How Voice Tables by Inithouse turns speech into structured rows (Whisper + LLM function calling)

#ai #webdev #productivity #machinelearning

Voice Tables is a product we built at Inithouse, a studio running parallel product experiments. The pitch is simple: talk to your database instead of typing into it. Say "add a new lead, John from Acme, called yesterday, follow up Friday" and it becomes a structured row in a table.

This post walks through how the pipeline actually works.

The problem with voice and structured data

Voice input is messy. People don't speak in columns and rows. They say things like "met Sarah at the conference, she runs marketing at that fintech startup, seemed interested in the enterprise plan." That sentence contains a name, a company, a role, a context, and a deal stage. Getting a computer to parse that reliably into the right fields is the core technical challenge.

We tried several approaches across our portfolio at Inithouse before landing on the current architecture. Rule-based parsing broke on anything outside the expected pattern. Fine-tuned classification models needed too much training data for every new table schema. What worked was combining two existing tools in a specific way.

The pipeline: Whisper + LLM function calling

The architecture has three stages:

Stage 1: Speech to text (Whisper)

Audio from the browser goes to OpenAI's Whisper API. We use the whisper-1 model with language detection enabled. The key decision here: we send raw audio chunks, not processed segments. Whisper handles punctuation and sentence boundaries better when it gets longer context.

One thing we learned: Whisper's word-level timestamps are useful for debugging but not for the actual pipeline. What matters is the full transcription text that goes to stage 2.

Stage 2: Schema-aware extraction (LLM function calling)

This is where it gets interesting. We take the transcription and the user's table schema (column names, types, descriptions) and construct an LLM function call. The function signature mirrors the table structure:

function add_row(
  name: string,        // Contact name
  company: string,     // Company name
  role: string,        // Job title or role
  context: string,     // How/where you met
  next_step: string,   // Next action item
  priority: "high" | "medium" | "low"
)

The LLM (we use GPT-4o-mini for speed, GPT-4o for complex schemas) receives the transcription plus this function definition. Function calling forces structured output: the model must fill the parameters or explicitly mark them as null. No free-text responses, no hallucinated columns.

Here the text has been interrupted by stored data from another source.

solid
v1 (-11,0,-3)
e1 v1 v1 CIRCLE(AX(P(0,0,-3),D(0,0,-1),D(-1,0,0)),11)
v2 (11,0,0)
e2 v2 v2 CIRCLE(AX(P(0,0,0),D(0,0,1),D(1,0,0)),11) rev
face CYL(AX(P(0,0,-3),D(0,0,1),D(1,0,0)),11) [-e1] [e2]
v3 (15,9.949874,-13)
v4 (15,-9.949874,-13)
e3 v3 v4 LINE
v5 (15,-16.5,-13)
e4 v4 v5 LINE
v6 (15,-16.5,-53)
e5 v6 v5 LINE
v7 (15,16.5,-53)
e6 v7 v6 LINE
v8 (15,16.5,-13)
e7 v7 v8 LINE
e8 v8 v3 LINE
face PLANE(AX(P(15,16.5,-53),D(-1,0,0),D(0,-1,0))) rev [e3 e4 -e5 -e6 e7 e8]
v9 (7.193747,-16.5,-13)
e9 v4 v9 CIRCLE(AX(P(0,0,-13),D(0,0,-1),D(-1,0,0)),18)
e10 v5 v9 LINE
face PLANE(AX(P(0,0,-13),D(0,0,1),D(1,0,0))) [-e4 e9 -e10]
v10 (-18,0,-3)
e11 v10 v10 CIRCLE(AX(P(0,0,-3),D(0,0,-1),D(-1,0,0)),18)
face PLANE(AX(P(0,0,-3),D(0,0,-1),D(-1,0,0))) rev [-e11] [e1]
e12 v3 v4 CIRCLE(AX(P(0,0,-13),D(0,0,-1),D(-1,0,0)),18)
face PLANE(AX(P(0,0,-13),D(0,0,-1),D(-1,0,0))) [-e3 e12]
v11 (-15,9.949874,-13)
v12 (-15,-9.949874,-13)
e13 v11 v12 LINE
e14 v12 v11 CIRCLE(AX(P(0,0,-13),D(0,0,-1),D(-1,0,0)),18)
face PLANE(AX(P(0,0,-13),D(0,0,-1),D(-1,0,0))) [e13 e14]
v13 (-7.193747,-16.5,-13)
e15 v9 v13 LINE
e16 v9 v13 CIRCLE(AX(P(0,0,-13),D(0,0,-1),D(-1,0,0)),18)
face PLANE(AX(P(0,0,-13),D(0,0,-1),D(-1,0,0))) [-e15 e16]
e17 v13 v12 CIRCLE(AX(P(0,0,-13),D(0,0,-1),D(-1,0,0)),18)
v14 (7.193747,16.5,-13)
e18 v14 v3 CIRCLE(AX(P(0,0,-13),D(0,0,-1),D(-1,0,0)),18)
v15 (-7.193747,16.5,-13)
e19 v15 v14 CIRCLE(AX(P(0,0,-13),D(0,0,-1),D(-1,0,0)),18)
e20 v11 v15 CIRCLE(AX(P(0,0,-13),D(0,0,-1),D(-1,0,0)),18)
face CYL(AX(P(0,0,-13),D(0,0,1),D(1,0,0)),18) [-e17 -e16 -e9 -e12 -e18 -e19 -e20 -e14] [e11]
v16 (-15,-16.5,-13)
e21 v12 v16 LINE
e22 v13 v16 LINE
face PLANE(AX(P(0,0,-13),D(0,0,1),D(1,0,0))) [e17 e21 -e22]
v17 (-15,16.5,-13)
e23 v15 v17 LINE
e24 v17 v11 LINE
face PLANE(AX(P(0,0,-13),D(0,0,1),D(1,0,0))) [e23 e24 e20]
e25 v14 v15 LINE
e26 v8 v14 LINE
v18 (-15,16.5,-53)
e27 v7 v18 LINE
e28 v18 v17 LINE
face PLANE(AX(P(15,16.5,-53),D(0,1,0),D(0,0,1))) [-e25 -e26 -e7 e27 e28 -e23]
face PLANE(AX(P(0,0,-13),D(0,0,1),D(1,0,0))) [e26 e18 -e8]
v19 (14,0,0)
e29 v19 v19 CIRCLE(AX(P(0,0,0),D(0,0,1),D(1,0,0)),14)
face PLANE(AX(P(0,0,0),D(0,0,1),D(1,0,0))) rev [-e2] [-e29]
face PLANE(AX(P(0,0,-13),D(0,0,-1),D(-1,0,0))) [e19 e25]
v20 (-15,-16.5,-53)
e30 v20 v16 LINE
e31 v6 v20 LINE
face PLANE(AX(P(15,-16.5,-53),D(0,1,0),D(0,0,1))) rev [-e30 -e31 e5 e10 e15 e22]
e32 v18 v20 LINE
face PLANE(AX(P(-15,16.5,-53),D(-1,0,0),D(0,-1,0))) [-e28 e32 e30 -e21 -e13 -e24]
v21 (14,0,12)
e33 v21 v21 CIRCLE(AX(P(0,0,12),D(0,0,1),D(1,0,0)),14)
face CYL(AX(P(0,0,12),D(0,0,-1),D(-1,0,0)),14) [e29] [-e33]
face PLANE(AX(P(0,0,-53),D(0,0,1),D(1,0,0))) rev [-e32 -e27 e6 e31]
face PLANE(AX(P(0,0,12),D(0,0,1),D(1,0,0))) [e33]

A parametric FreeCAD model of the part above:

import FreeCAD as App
import Part
import Sketcher

V = App.Vector


def add_polygon(sketch, points):
    """Adds a closed chain of lines whose ends are joined by coincident constraints."""
    first, n = sketch.GeometryCount, len(points)
    for a, b in zip(points, points[1:] + points[:1]):
        sketch.addGeometry(Part.LineSegment(App.Vector(*a, 0), App.Vector(*b, 0)), False)
    for i in range(n):
        sketch.addConstraint(Sketcher.Constraint("Coincident", first + i, 2, first + (i + 1) % n, 1))

doc = App.newDocument("Part")
body = doc.addObject("PartDesign::Body", "Body")

sketch1 = body.newObject("Sketcher::SketchObject", "Sketch")
sketch1.AttachmentSupport = (doc.getObject("XY_Plane"), [""])
sketch1.MapMode = "FlatFace"
sketch1.addGeometry(Part.Circle(V(0, 0, 0), V(0, 0, 1), 14), False)
sketch1.addConstraint([
    Sketcher.Constraint("Coincident", 0, 3, -1, 1),
    Sketcher.Constraint("Diameter", 0, 28.0),
])
pad1 = body.newObject("PartDesign::Pad", "Pad")
pad1.Profile = sketch1
pad1.Length = 12

sketch2 = body.newObject("Sketcher::SketchObject", "Sketch001")
sketch2.AttachmentSupport = (doc.getObject("XY_Plane"), [""])
sketch2.MapMode = "FlatFace"
sketch2.addGeometry(Part.Circle(V(0, 0, 0), V(0, 0, 1), 11), False)
sketch2.addConstraint([
    Sketcher.Constraint("Coincident", 0, 3, -1, 1),
    Sketcher.Constraint("Diameter", 0, 22.0),
])
pad2 = body.newObject("PartDesign::Pad", "Pad001")
pad2.Profile = sketch2
pad2.Length = 3
pad2.Reversed = True

sketch3 = body.newObject("Sketcher::SketchObject", "Sketch002")
sketch3.AttachmentSupport = (doc.getObject("XY_Plane"), [""])
sketch3.MapMode = "FlatFace"
sketch3.AttachmentOffset = App.Placement(V(0, 0, -3), App.Rotation())
sketch3.addGeometry(Part.Circle(V(0, 0, 0), V(0, 0, 1), 18), False)
sketch3.addConstraint([
    Sketcher.Constraint("Coincident", 0, 3, -1, 1),
    Sketcher.Constraint("Diameter", 0, 36.0),
])
pad3 = body.newObject("PartDesign::Pad", "Pad002")
pad3.Profile = sketch3
pad3.Length = 10
pad3.Reversed = True

sketch4 = body.newObject("Sketcher::SketchObject", "Sketch003")
sketch4.AttachmentSupport = (doc.getObject("XY_Plane"), [""])
sketch4.MapMode = "FlatFace"
sketch4.AttachmentOffset = App.Placement(V(0, 0, -13), App.Rotation())
add_polygon(sketch4, [(15, 16), (15, -16), (-15, -16), (-15, 16)])
sketch4.addConstraint([
    Sketcher.Constraint("Vertical", 0),
    Sketcher.Constraint("Horizontal", 1),
    Sketcher.Constraint("Vertical", 2),
    Sketcher.Constraint("Horizontal", 3),
    Sketcher.Constraint("Symmetric", 0, 2, 2, 2, -1, 1),
    Sketcher.Constraint("DistanceX", 1, 2, 1, 1, 30.0),
    Sketcher.Constraint("DistanceY", 0, 2, 0, 1, 33.0),
])
pad4 = body.newObject("PartDesign::Pad", "Pad003")
pad4.Profile = sketch4
pad4.Length = 40
pad4.Reversed = True

doc.recompute()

Stage 3: Validation and insertion

The extracted parameters go through type validation (dates parsed, enums checked, required fields verified). If validation passes, the row inserts into the user's Supabase table. If it fails, the user gets a clear message about what's missing.

What we measured

Across our testing, accuracy on well-defined schemas (clear column names, type hints, 1-2 word descriptions) sits around 92-95% for English input. Accuracy drops to ~85% when column names are ambiguous ("status" vs "stage" vs "phase" in the same table) or when the voice input references data that requires context the model doesn't have.

Speed: the full pipeline (audio upload + Whisper + LLM call + validation + insert) takes 2-4 seconds for a typical single-row input. Most of that is the Whisper transcription.

Why function calling, not JSON mode

We tested both. JSON mode works, but function calling has two advantages for this use case. First, the schema definition in function calling format is more natural for describing table columns than a JSON schema. Second, function calling handles optional fields better: the model can omit parameters it can't extract, rather than guessing or inserting empty strings.

What we'd do differently

If we rebuilt this today, we'd add a confidence score per field. Right now it's binary: either the field is extracted or it's null. A confidence score would let us highlight uncertain extractions for the user to review, which matters more as schemas get complex.

We'd also explore local Whisper models for latency-sensitive use cases. The API call adds 500-800ms that a local model could skip, though at the cost of accuracy on non-English input.

Try it

Voice Tables is live and free to start. If you're building something similar, the key insight from our work at Inithouse (a lab building many products at once) is: function calling with schema-derived signatures gives you structured extraction without training data. The schema is the prompt.

We've seen similar patterns work across other products in the portfolio. Be Recommended, our AI visibility tool, uses a related approach for structured report generation from unstructured AI responses. The principle holds: give the LLM a rigid output shape, and it fills it reliably.